Content starts

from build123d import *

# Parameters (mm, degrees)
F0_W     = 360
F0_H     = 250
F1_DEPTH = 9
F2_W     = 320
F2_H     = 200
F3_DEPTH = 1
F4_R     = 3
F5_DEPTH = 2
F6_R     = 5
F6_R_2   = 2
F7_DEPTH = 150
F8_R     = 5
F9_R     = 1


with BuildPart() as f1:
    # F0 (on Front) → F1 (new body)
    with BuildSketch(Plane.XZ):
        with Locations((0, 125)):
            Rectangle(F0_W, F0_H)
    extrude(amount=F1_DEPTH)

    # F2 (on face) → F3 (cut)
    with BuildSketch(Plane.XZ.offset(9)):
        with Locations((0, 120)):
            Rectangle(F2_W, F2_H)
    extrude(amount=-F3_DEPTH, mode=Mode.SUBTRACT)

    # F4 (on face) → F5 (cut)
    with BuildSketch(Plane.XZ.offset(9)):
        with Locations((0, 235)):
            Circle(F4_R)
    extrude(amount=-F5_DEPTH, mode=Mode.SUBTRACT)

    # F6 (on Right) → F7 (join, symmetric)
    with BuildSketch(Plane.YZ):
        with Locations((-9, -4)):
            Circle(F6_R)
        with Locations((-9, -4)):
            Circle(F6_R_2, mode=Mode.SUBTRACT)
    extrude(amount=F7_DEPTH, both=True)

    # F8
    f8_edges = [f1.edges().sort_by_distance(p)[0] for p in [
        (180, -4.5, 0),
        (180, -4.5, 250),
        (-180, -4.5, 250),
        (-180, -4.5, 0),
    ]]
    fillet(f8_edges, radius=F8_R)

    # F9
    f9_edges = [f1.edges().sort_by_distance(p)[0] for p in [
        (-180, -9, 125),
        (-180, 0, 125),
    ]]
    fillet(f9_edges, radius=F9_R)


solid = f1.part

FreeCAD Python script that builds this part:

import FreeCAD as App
import Part
import Sketcher


def edges_at(feature, points):
    """Names of the edges that pass closest to the given points."""
    edges = feature.Shape.Edges
    near = lambda p: min(range(len(edges)), key=lambda i: edges[i].distToShape(Part.Vertex(*p))[0])
    return sorted({f"Edge{near(p) + 1}" for p in points})


def add_polygon(sketch, points):
    """Adds a closed chain of lines whose ends are joined by coincident constraints."""
    first, n = sketch.GeometryCount, len(points)
    for a, b in zip(points, points[1:] + points[:1]):
        sketch.addGeometry(Part.LineSegment(App.Vector(*a, 0), App.Vector(*b, 0)), False)
    for i in range(n):
        sketch.addConstraint(Sketcher.Constraint("Coincident", first + i, 2, first + (i + 1) % n, 1))

doc = App.newDocument("Part")
body = doc.addObject("PartDesign::Body", "Body")

# Sketch on XZ plane
sketch1 = body.newObject("Sketcher::SketchObject", "Sketch")
sketch1.AttachmentSupport = (doc.getObject("XZ_Plane"), [""])
sketch1.MapMode = "FlatFace"
add_polygon(sketch1, [(-180, 250), (-180, 0), (180, 0), (180, 250)])  # lines 0-3
sketch1.addConstraint(Sketcher.Constraint("Vertical", 0))
sketch1.addConstraint(Sketcher.Constraint("Horizontal", 1))
sketch1.addConstraint(Sketcher.Constraint("Vertical", 2))
sketch1.addConstraint(Sketcher.Constraint("Horizontal", 3))
sketch1.addConstraint(Sketcher.Constraint("Symmetric", 0, 2, 1, 2, -1, 1))
sketch1.addConstraint(Sketcher.Constraint("DistanceX", 1, 1, 1, 2, 360.0))
sketch1.addConstraint(Sketcher.Constraint("DistanceY", 0, 2, 0, 1, 250.0))
pad1 = body.newObject("PartDesign::Pad", "Pad")
pad1.Profile = sketch1
pad1.Length = 9

# Sketch on XZ plane
sketch2 = body.newObject("Sketcher::SketchObject", "Sketch001")
sketch2.AttachmentSupport = (doc.getObject("XZ_Plane"), [""])
sketch2.MapMode = "FlatFace"
sketch2.AttachmentOffset = App.Placement(App.Vector(0, 0, 9), App.Rotation())
add_polygon(sketch2, [(-160, 220), (-160, 20), (160, 20), (160, 220)])  # lines 0-3
sketch2.addConstraint(Sketcher.Constraint("Vertical", 0))
sketch2.addConstraint(Sketcher.Constraint("Horizontal", 1))
sketch2.addConstraint(Sketcher.Constraint("Vertical", 2))
sketch2.addConstraint(Sketcher.Constraint("Horizontal", 3))
sketch2.addConstraint(Sketcher.Constraint("DistanceX", 1, 1, 1, 2, 320.0))
sketch2.addConstraint(Sketcher.Constraint("DistanceY", 0, 2, 0, 1, 200.0))
sketch2.addConstraint(Sketcher.Constraint("DistanceX", 0, 2, -1, 1, 160.0))
sketch2.addConstraint(Sketcher.Constraint("DistanceY", -1, 1, 0, 2, 20.0))
pocket1 = body.newObject("PartDesign::Pocket", "Pocket")
pocket1.Profile = sketch2
pocket1.Length = 1

# Sketch on XZ plane
sketch3 = body.newObject("Sketcher::SketchObject", "Sketch002")
sketch3.AttachmentSupport = (doc.getObject("XZ_Plane"), [""])
sketch3.MapMode = "FlatFace"
sketch3.AttachmentOffset = App.Placement(App.Vector(0, 0, 9), App.Rotation())
sketch3.addGeometry(Part.Circle(App.Vector(0, 235, 0), App.Vector(0, 0, 1), 3), False)
sketch3.addConstraint(Sketcher.Constraint("PointOnObject", 0, 3, -2))
sketch3.addConstraint(Sketcher.Constraint("Diameter", 0, 6.0))
sketch3.addConstraint(Sketcher.Constraint("DistanceY", -1, 1, 0, 3, 235.0))
pocket2 = body.newObject("PartDesign::Pocket", "Pocket001")
pocket2.Profile = sketch3
pocket2.Length = 2

# Sketch on YZ plane
sketch4 = body.newObject("Sketcher::SketchObject", "Sketch003")
sketch4.AttachmentSupport = (doc.getObject("YZ_Plane"), [""])
sketch4.MapMode = "FlatFace"
sketch4.addGeometry(Part.Circle(App.Vector(-9, -4, 0), App.Vector(0, 0, 1), 5), False)
sketch4.addGeometry(Part.Circle(App.Vector(-9, -4, 0), App.Vector(0, 0, 1), 2), False)
sketch4.addConstraint(Sketcher.Constraint("Coincident", 1, 3, 0, 3))
sketch4.addConstraint(Sketcher.Constraint("Diameter", 0, 10.0))
sketch4.addConstraint(Sketcher.Constraint("Diameter", 1, 4.0))
sketch4.addConstraint(Sketcher.Constraint("DistanceX", 0, 3, -1, 1, 9.0))
sketch4.addConstraint(Sketcher.Constraint("DistanceY", 0, 3, -1, 1, 4.0))
pad2 = body.newObject("PartDesign::Pad", "Pad001")
pad2.Profile = sketch4
pad2.Length = 300
pad2.Midplane = True
doc.recompute()

fillet = body.newObject("PartDesign::Fillet", "Fillet")
fillet.Base = (pad2, edges_at(pad2, [
    (180, -4.5, 0),
    (180, -4.5, 250),
    (-180, -4.5, 250),
    (-180, -4.5, 0),
]))
fillet.Radius = 5
doc.recompute()

fillet2 = body.newObject("PartDesign::Fillet", "Fillet001")
fillet2.Base = (fillet, edges_at(fillet, [(-180, -9, 125), (-180, 0, 125)]))
fillet2.Radius = 1

doc.recompute()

Content ends

» INSTRUCTIONS TO FOLLOW
Write the lines again exactly, from the first line of the material above to the line that includes "FreeCAD Python script", both included. Leave out all the rest.

» TASK OUTPUT
from build123d import *

# Parameters (mm, degrees)
F0_W     = 360
F0_H     = 250
F1_DEPTH = 9
F2_W     = 320
F2_H     = 200
F3_DEPTH = 1
F4_R     = 3
F5_DEPTH = 2
F6_R     = 5
F6_R_2   = 2
F7_DEPTH = 150
F8_R     = 5
F9_R     = 1


with BuildPart() as f1:
    # F0 (on Front) → F1 (new body)
    with BuildSketch(Plane.XZ):
        with Locations((0, 125)):
            Rectangle(F0_W, F0_H)
    extrude(amount=F1_DEPTH)

    # F2 (on face) → F3 (cut)
    with BuildSketch(Plane.XZ.offset(9)):
        with Locations((0, 120)):
            Rectangle(F2_W, F2_H)
    extrude(amount=-F3_DEPTH, mode=Mode.SUBTRACT)

    # F4 (on face) → F5 (cut)
    with BuildSketch(Plane.XZ.offset(9)):
        with Locations((0, 235)):
            Circle(F4_R)
    extrude(amount=-F5_DEPTH, mode=Mode.SUBTRACT)

    # F6 (on Right) → F7 (join, symmetric)
    with BuildSketch(Plane.YZ):
        with Locations((-9, -4)):
            Circle(F6_R)
        with Locations((-9, -4)):
            Circle(F6_R_2, mode=Mode.SUBTRACT)
    extrude(amount=F7_DEPTH, both=True)

    # F8
    f8_edges = [f1.edges().sort_by_distance(p)[0] for p in [
        (180, -4.5, 0),
        (180, -4.5, 250),
        (-180, -4.5, 250),
        (-180, -4.5, 0),
    ]]
    fillet(f8_edges, radius=F8_R)

    # F9
    f9_edges = [f1.edges().sort_by_distance(p)[0] for p in [
        (-180, -9, 125),
        (-180, 0, 125),
    ]]
    fillet(f9_edges, radius=F9_R)


solid = f1.part

FreeCAD Python script that builds this part:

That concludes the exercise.